Semper Fidel Award (for Jim Avila's Admiration of Fidel Castro), first runner-up

"The one thing that most, that I've learned about Cubans in the many times that I have visited here in the last few years, is that it is mostly a nationalistic country, not primarily a communist country."
-- NBC News reporter Jim Avila on MSNBC's simulcast of Imus in the Morning, April 26. [65]

Bring Back the Iron Curtain Award (for Admiring Communism), first runner-up

"Like these young dancers, Carlos [Acosta] benefited from Cuba's communist system because it not only recognizes physical talent, it nurtures it, whether it's baseball, boxing, or ballet."
-- CBS 60 Minutes correspondent Christiane Amanpour on a star of London's Royal Ballet, May 21. [44]

Damn Those Conservatives Award, first runner-up

"George W. is one thing, but as long as the Republican Party -- you noted some of them -- is populated by the Pat Buchanans, the Jesse Helmses, the Jerry Falwells, the Bob Barrs, don't blacks have a right to be suspicious?"
-- CBS's Bryant Gumbel to a panel of black men, August 2 The Early Show. [33], first runner-up

Good Morning Morons Award, first runner-up

"I ask the question because this ticket has put a premium on what's called 'family values,' which for a long time, as you know, was a code word for intolerance. Need people be concerned about a hard turn to the social right in the Democratic Party?"
-- Gumbel asking Hadassah Lieberman if she agrees with her husband's Hollywood critiques, August 16 Early Show during the Democratic convention. [70]

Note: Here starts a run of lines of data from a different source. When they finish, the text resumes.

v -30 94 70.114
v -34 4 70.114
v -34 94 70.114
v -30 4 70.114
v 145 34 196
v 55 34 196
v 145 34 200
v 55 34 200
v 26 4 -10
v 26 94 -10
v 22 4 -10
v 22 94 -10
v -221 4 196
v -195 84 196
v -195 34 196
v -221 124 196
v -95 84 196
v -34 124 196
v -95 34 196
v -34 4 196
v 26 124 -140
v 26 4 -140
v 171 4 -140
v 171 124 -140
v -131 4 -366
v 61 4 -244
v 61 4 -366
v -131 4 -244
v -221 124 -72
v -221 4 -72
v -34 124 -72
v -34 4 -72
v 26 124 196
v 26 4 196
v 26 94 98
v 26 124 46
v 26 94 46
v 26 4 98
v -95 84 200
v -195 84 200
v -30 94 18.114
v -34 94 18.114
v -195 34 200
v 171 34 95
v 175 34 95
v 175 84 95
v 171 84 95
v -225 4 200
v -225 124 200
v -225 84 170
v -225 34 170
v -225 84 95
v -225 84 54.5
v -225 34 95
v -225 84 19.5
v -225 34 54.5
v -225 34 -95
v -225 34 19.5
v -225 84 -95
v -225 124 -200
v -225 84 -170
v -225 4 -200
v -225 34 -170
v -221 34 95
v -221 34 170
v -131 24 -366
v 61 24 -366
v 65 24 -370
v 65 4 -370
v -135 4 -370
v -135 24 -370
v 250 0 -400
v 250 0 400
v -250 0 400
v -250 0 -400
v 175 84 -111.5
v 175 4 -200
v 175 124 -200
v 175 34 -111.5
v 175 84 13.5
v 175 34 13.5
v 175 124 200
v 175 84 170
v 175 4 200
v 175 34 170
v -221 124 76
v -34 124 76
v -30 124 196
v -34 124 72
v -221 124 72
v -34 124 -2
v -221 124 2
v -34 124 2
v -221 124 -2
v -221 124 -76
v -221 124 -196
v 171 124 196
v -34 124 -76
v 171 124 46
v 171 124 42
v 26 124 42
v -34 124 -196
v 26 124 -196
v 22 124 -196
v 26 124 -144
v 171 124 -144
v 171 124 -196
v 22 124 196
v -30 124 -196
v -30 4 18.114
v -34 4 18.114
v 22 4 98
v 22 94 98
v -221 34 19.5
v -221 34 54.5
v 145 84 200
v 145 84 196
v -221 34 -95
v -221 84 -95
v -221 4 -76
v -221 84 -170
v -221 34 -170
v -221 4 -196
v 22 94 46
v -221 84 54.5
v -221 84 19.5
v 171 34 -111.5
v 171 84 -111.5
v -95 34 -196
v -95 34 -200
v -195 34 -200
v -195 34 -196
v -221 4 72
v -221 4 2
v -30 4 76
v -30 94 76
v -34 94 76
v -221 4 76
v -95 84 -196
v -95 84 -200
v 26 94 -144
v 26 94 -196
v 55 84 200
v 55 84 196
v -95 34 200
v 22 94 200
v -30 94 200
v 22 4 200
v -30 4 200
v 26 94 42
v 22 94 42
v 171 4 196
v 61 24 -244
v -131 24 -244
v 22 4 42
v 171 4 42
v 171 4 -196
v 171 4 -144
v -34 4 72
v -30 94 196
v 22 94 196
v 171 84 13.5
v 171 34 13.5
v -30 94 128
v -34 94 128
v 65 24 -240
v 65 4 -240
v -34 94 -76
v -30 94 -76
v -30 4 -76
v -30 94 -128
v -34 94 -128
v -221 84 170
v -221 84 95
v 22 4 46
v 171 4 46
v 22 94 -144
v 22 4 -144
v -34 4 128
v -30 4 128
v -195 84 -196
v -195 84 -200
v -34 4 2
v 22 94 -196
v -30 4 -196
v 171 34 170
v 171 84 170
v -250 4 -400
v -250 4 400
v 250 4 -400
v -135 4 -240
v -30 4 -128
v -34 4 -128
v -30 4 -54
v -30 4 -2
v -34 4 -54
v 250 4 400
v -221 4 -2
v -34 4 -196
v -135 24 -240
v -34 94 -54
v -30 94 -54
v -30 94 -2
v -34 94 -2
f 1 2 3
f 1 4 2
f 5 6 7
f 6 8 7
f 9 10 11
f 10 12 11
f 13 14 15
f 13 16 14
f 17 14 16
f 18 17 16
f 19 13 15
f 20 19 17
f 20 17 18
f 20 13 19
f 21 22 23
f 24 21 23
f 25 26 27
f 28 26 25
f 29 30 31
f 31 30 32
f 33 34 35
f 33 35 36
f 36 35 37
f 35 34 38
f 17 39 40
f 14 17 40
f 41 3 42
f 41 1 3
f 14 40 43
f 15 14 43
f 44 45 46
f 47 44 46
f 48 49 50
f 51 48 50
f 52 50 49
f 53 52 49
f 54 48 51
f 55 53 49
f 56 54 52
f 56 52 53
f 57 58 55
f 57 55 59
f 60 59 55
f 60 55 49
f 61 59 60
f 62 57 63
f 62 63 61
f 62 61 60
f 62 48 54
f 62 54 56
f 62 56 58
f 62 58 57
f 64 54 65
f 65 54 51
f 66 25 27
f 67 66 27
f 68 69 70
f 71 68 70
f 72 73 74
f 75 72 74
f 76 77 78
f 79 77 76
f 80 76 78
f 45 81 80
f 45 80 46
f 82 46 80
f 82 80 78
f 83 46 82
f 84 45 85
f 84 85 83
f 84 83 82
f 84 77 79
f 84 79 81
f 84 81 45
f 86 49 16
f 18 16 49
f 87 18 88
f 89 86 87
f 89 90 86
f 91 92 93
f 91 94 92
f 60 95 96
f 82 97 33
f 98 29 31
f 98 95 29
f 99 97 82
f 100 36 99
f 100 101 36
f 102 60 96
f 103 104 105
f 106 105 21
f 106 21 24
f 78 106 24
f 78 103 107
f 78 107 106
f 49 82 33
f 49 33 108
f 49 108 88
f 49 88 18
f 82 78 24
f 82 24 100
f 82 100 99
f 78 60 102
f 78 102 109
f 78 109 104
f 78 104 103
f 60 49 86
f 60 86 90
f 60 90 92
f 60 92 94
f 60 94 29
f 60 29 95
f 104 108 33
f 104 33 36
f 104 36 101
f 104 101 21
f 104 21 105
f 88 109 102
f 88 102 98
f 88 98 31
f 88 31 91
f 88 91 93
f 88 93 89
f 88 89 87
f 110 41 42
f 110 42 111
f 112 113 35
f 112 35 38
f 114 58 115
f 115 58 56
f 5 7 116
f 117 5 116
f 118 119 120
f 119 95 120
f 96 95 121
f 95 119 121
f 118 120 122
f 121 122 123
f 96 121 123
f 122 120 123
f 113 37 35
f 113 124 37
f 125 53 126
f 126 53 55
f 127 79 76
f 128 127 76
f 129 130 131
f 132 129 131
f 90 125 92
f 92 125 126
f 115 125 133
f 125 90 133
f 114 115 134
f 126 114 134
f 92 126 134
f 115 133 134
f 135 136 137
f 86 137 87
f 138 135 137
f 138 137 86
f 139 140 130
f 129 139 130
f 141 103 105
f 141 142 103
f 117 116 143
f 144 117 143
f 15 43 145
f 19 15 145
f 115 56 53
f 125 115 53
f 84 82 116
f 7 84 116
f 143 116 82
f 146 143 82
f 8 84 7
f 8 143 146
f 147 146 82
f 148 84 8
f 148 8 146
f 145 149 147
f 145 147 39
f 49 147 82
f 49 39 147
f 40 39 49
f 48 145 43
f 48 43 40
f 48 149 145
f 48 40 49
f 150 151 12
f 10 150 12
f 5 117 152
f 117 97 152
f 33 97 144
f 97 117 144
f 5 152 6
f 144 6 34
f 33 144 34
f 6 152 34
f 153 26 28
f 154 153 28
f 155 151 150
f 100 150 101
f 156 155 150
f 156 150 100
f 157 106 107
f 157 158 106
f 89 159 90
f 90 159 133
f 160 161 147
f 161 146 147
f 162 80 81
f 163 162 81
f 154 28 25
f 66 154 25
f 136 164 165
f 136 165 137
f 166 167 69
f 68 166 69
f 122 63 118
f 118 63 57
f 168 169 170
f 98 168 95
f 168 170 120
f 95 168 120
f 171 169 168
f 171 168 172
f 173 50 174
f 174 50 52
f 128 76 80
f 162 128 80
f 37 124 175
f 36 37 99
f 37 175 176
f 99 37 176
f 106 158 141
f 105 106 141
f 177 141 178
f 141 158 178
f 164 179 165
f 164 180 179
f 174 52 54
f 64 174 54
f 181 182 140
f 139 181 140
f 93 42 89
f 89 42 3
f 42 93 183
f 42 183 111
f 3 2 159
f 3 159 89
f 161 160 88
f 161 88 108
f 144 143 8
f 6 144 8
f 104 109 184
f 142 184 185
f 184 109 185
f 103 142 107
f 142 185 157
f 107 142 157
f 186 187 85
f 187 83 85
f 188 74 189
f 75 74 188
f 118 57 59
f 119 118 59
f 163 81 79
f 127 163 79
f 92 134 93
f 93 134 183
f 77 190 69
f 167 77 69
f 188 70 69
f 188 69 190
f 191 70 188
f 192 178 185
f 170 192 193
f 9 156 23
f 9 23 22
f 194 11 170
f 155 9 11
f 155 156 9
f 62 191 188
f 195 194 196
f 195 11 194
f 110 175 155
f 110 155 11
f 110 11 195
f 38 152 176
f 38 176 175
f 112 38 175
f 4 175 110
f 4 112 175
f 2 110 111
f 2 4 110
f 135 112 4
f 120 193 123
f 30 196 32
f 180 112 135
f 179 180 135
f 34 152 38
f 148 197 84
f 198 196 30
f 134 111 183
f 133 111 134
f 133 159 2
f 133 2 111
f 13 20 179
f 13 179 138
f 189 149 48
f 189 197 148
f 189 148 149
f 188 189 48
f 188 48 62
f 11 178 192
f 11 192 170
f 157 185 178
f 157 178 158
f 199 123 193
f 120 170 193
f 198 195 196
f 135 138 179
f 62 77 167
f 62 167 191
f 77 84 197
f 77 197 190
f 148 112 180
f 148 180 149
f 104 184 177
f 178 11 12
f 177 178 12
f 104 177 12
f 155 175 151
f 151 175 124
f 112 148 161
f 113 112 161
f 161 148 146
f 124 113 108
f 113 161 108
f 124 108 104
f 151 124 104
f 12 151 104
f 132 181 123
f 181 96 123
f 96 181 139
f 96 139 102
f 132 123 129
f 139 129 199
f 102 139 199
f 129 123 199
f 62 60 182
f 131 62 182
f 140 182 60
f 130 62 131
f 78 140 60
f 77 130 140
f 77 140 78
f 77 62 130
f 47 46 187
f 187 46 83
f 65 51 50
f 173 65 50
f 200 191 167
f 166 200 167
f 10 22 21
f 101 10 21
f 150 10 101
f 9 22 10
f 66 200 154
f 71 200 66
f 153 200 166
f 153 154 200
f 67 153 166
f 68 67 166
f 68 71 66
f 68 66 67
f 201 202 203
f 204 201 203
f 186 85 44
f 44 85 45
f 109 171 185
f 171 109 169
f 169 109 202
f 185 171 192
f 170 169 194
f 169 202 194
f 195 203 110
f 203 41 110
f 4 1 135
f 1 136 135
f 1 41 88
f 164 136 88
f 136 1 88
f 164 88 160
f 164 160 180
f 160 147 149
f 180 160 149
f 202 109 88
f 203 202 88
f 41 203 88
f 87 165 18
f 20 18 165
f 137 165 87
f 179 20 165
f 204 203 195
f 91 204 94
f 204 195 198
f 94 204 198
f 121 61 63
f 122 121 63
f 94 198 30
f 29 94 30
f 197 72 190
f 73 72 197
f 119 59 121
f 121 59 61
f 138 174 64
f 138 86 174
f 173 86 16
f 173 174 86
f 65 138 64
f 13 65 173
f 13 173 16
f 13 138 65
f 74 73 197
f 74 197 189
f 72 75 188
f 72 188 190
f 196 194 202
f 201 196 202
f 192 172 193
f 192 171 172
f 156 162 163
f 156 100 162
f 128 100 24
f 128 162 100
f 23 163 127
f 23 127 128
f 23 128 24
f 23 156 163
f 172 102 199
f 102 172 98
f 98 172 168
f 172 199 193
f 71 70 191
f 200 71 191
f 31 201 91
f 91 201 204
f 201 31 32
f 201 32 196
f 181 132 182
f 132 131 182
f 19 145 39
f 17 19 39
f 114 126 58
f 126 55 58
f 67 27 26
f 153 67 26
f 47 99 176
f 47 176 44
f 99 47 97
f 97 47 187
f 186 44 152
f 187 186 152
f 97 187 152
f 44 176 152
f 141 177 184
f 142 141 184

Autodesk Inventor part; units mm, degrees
ref_plane "YZ Plane" through (0, 0, 0) normal (1, 0, 0) x (0, 1, 0)
sketch "Boceto1" plane through (0, 0, 0) normal (0, 1, 0) x (-1, 0, 0)
  line L0 (-250, 400) -> (250, 400)
  line L1 (250, 400) -> (250, -400)
  line L2 (250, -400) -> (-250, -400)
  line L3 (-250, -400) -> (-250, 400)
  line L4 (-250, 400) -> (250, -400) construction
  line L5 (250, 400) -> (-250, -400) construction
  line L6 (-175, 200) -> (225, 200)
  line L7 (225, 200) -> (225, -200)
  line L8 (225, -200) -> (-175, -200)
  line L9 (-175, -200) -> (-175, 200)
  line L10 (-175, 200) -> (225, -200) construction
  line L11 (225, 200) -> (-175, -200) construction
  point P0 (0, 0)
  point P1 (25, 0)
  dimension "d0" = 500
  dimension "d1" = 800
  dimension "d4" = 400
  dimension "d5" = 400
  dimension "d6" = 200
  dimension "d7" = 75
extrude "Extrusión1" add sketch "Boceto1" along normal blind 4 contours L0 L1 L2 L3 | L6 L7 L8 L9
sketch "Boceto2" plane through (0, 4, 0) normal (0, 1, 0) x (1, 0, 0)
  line L0 (175, -200) -> (-225, -200)
  line L1 (-225, -200) -> (-225, 200)
  line L2 (-225, 200) -> (175, 200)
  line L3 (175, 200) -> (175, -200)
  line L4 (175, -200) -> (-225, 200) construction
  line L5 (-225, -200) -> (175, 200) construction
  line L6 (250, -400) -> (250, 400) projected
  line L7 (250, 400) -> (-250, 400) projected
  line L8 (-221, -196) -> (-34, -196)
  line L9 (-34, -196) -> (-34, -76)
  line L10 (-34, -76) -> (-221, -76)
  line L11 (-221, -76) -> (-221, -196)
  line L12 (171, -196) -> (26, -196)
  line L13 (26, -196) -> (26, -46)
  line L14 (26, -46) -> (171, -46)
  line L15 (171, -46) -> (171, -196)
  line L16 (171, 196) -> (26, 196)
  line L17 (26, 196) -> (26, -42)
  line L18 (26, -42) -> (171, -42)
  line L19 (171, -42) -> (171, 196)
  line L20 (-34, -72) -> (-221, -72)
  line L21 (-221, -72) -> (-221, 72)
  line L22 (-221, 72) -> (-34, 72)
  line L23 (-34, 72) -> (-34, -72)
  line L24 (-34, 76) -> (-221, 76)
  line L25 (-221, 76) -> (-221, 196)
  line L26 (-221, 196) -> (-34, 196)
  line L27 (-34, 196) -> (-34, 76)
  line L28 (-30, 196) -> (22, 196)
  line L29 (22, 196) -> (22, 122)
  line L30 (-30, 122) -> (-30, 196)
  line L31 (-34, 0) -> (-34, -2)
  line L32 (-34, -2) -> (-34, 2)
  line L33 (-34, 2) -> (-221, 2)
  line L34 (-221, -2) -> (-34, -2)
  line L35 (-30, -200) -> (-30, 122)
  line L36 (22, 122) -> (22, -200)
  line L37 (-30, -196) -> (22, -196)
  line L38 (26, 196) -> (26, 144)
  line L39 (26, 144) -> (26, 140)
  line L40 (26, 140) -> (171, 140)
  line L41 (171, 144) -> (26, 144)
  point P0 (0, 0)
  point P1 (-25, 0)
  point P2 (-30, 126)
  point P3 (22, 126)
  dimension "d8" = 400
  dimension "d9" = 400
  dimension "d10" = 75
  dimension "d11" = 200
  dimension "d12" = 4
  dimension "d13" = 4
  dimension "d14" = 4
  dimension "d15" = 4
  dimension "d16" = 4
  dimension "d17" = 60
  dimension "d18" = 145
  dimension "d19" = 150
  dimension "d20" = 120
  dimension "d21" = 120
  dimension "d22" = 4
  dimension "d23" = 4
  dimension "d24" = 2
  dimension "d25" = 4
  dimension "d27" = 4
  dimension "d39" = 52
  dimension "d40" = 4
ref_plane "Plano de trabajo1" through (-225, 4, 200) normal (0, 0, 1) x (1, 0, 0)
sketch "Boceto3" plane through (-225, 4, 200) normal (0, 0, 1) x (1, 0, 0)
  line L0 (195, 0) -> (195, 120) projected
  line L1 (247, 0) -> (247, 120) projected
  line L2 (195, 0) -> (247, 0)
  line L3 (247, 0) -> (247, 90)
  line L4 (247, 90) -> (195, 90)
  line L5 (195, 90) -> (195, 0)
  point P0 (225, -4)
  dimension "d31" = 90
extrude "Extrusión3" cut sketch "Boceto3" against normal blind 120
ref_plane "Plano de trabajo2" through (-30, 4, 200) normal (1, 0, 0) x (0, 0, -1)
sketch "Boceto4" plane through (-30, 4, 200) normal (1, 0, 0) x (0, 0, -1)
  line L0 (124, 0) -> (124, 120) projected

Politics of Meaninglessness Award (for the Silliest Analysis), first runner-up

"I have an analogy. This came to me the night I saw this. The death penalty is like Viagra in middle-aged men. Texas uses the death penalty to remember what it was like in those good old cowboy days. If you want to send me your hate mail, go ahead, 'cause that's the way I see it. This thing is insane!"
-- Geraldo Rivera wrapping up the June 26 Rivera Live on CNBC. [50]

    END list of first runners-up in the MRC's "The Best Notable Quotables of 2000: The Thirteenth Annual Awards for the Year's Worst Reporting."